Он таскал из магазина тяжёлые сумки с продуктами, менял постоянно лопающиеся лампочки и бегал выбрасывать мусор. Чистил картошку и дожаривал котлеты, о которых бабушка частенько забывала, уходя поговорить с соседкой. Помогал Ксюше накрывать на стол и мыть посуду. Даже засиживался со мной в гостиной допоздна, помогая подготовиться к очередному тестированию, или контрольной, или олимпиаде, на которые меня гоняли чуть ли не каждый месяц.

Зайцев разваливался на своей раскладушке и монотонно зачитывал мне вслух один за другим вопросы из тестовых книжек, еле заметно кивал головой, услышав ответ. И только изредка он опускал раскрытую книгу на грудь и расплывался в счастливо-довольной улыбке, прежде чем протянуть: «Неправильный ответ!» Я смущалась, краснела, злилась и мямлила что-то неразборчивое, воспринимая каждый подобный случай как личное оскорбление, смертельную обиду и вечный позор.

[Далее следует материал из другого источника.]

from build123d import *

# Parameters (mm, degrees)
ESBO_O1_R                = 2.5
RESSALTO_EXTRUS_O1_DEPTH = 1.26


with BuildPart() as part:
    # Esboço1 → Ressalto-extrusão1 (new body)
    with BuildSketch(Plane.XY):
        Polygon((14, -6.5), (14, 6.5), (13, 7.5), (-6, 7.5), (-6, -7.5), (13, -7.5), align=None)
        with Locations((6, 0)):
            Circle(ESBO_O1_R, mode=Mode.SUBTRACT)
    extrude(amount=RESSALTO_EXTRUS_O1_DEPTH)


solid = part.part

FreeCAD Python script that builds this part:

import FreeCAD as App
import Part
import Sketcher
from FreeCAD import Vector
Q = App.Units.Quantity

doc = App.newDocument("Part")
body = doc.addObject("PartDesign::Body", "Body")

# Sketch on XY plane
sketch1 = doc.addObject("Sketcher::SketchObject", "Sketch")
body.addObject(sketch1)
sketch1.AttachmentSupport = (doc.XY_Plane, [""])
sketch1.MapMode = "FlatFace"
sketch1.addGeometry(Part.LineSegment(Vector(14, -6.5, 0), Vector(14, 6.5, 0)), False)
sketch1.addGeometry(Part.LineSegment(Vector(14, 6.5, 0), Vector(13, 7.5, 0)), False)
sketch1.addGeometry(Part.LineSegment(Vector(13, 7.5, 0), Vector(-6, 7.5, 0)), False)
sketch1.addGeometry(Part.LineSegment(Vector(-6, 7.5, 0), Vector(-6, -7.5, 0)), False)
sketch1.addGeometry(Part.LineSegment(Vector(-6, -7.5, 0), Vector(13, -7.5, 0)), False)
sketch1.addGeometry(Part.LineSegment(Vector(13, -7.5, 0), Vector(14, -6.5, 0)), False)
sketch1.addGeometry(Part.Circle(Vector(6, 0, 0), Vector(0, 0, 1), 2.5), False)
sketch1.addConstraint(Sketcher.Constraint("Coincident", 0, 2, 1, 1))
sketch1.addConstraint(Sketcher.Constraint("Coincident", 1, 2, 2, 1))
sketch1.addConstraint(Sketcher.Constraint("Coincident", 2, 2, 3, 1))
sketch1.addConstraint(Sketcher.Constraint("Coincident", 3, 2, 4, 1))
sketch1.addConstraint(Sketcher.Constraint("Coincident", 4, 2, 5, 1))
sketch1.addConstraint(Sketcher.Constraint("Coincident", 5, 2, 0, 1))
sketch1.addConstraint(Sketcher.Constraint("Vertical", 0))
sketch1.addConstraint(Sketcher.Constraint("Horizontal", 2))
sketch1.addConstraint(Sketcher.Constraint("Vertical", 3))
sketch1.addConstraint(Sketcher.Constraint("Horizontal", 4))
sketch1.addConstraint(Sketcher.Constraint("Symmetric", 1, 2, 4, 2, -1))
sketch1.addConstraint(Sketcher.Constraint("PointOnObject", 6, 3, -1))
sketch1.addConstraint(Sketcher.Constraint("Perpendicular", 1, 5))
sketch1.addConstraint(Sketcher.Constraint("Equal", 1, 5))
sketch1.addConstraint(Sketcher.Constraint("Diameter", 6, Q("5 mm")))
sketch1.addConstraint(Sketcher.Constraint("DistanceX", 2, 2, 2, 1, Q("19 mm")))
sketch1.addConstraint(Sketcher.Constraint("DistanceY", 0, 1, 0, 2, Q("13 mm")))
sketch1.addConstraint(Sketcher.Constraint("DistanceY", 3, 2, 3, 1, Q("15 mm")))
sketch1.addConstraint(Sketcher.Constraint("DistanceX", -1, 1, 6, 3, Q("6 mm")))
sketch1.addConstraint(Sketcher.Constraint("DistanceX", -1, 1, 0, 2, Q("14 mm")))
pad1 = doc.addObject("PartDesign::Pad", "Pad")
body.addObject(pad1)
pad1.Profile = sketch1
pad1.Length = 1.26

doc.recompute()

Если честно, я была уверена, что очень сильно его раздражаю, хоть он ничем открыто этого не показывал. Просто чувствовала что-то такое в том, как он ко мне обращался, как в ходе непринуждённого общения в компании Ксюши и её друзей мог неожиданно спросить моё мнение, как задумывался, потирая подбородок, и интересовался, как бы я поступила в той или иной ситуации. Словно пытался нащупать слабое место, дожидался того момента, когда можно будет снова выкрикнуть коронное «неправильный ответ» и поставить зазнайку-малявку на место.

Свои предположения и ощущения я держала при себе. Старалась избегать его, насколько это получалось, и радовалась, когда они с Ксюшей часами болтали вдвоём, напрочь забывая обо мне.

Весна в том году была поздняя. В конце апреля только начинало теплеть, и таявший на крыше нашего дома снег учащённо барабанил каплями по железному карнизу, мешая спать. Несколько дней я бродила по квартире ночами, запиралась на кухне и читала, или просто подолгу смотрела в окно, сидя на расшатанной табуретке как птичка на жёрдочке. Неуклюжая, пухлая птичка, которой никогда не суждено летать. Самая приземлённая и рациональная птичка в мире, не научившаяся даже мечтать о чём-то большем.

Тогда меня съедала изнутри тревога, непонятное и лишь отчасти знакомое чувство чего-то нарастающего и до боли давящего под рёбрами. Я слышала, как Кирилл выбегал покурить на лестничную площадку по несколько раз за ночь, и в такие моменты притихала, как мышка, боясь встретиться с ним тет-а-тет. Понимала: грядёт что-то, с чем не получится справится с помощью привычной мне системы координат.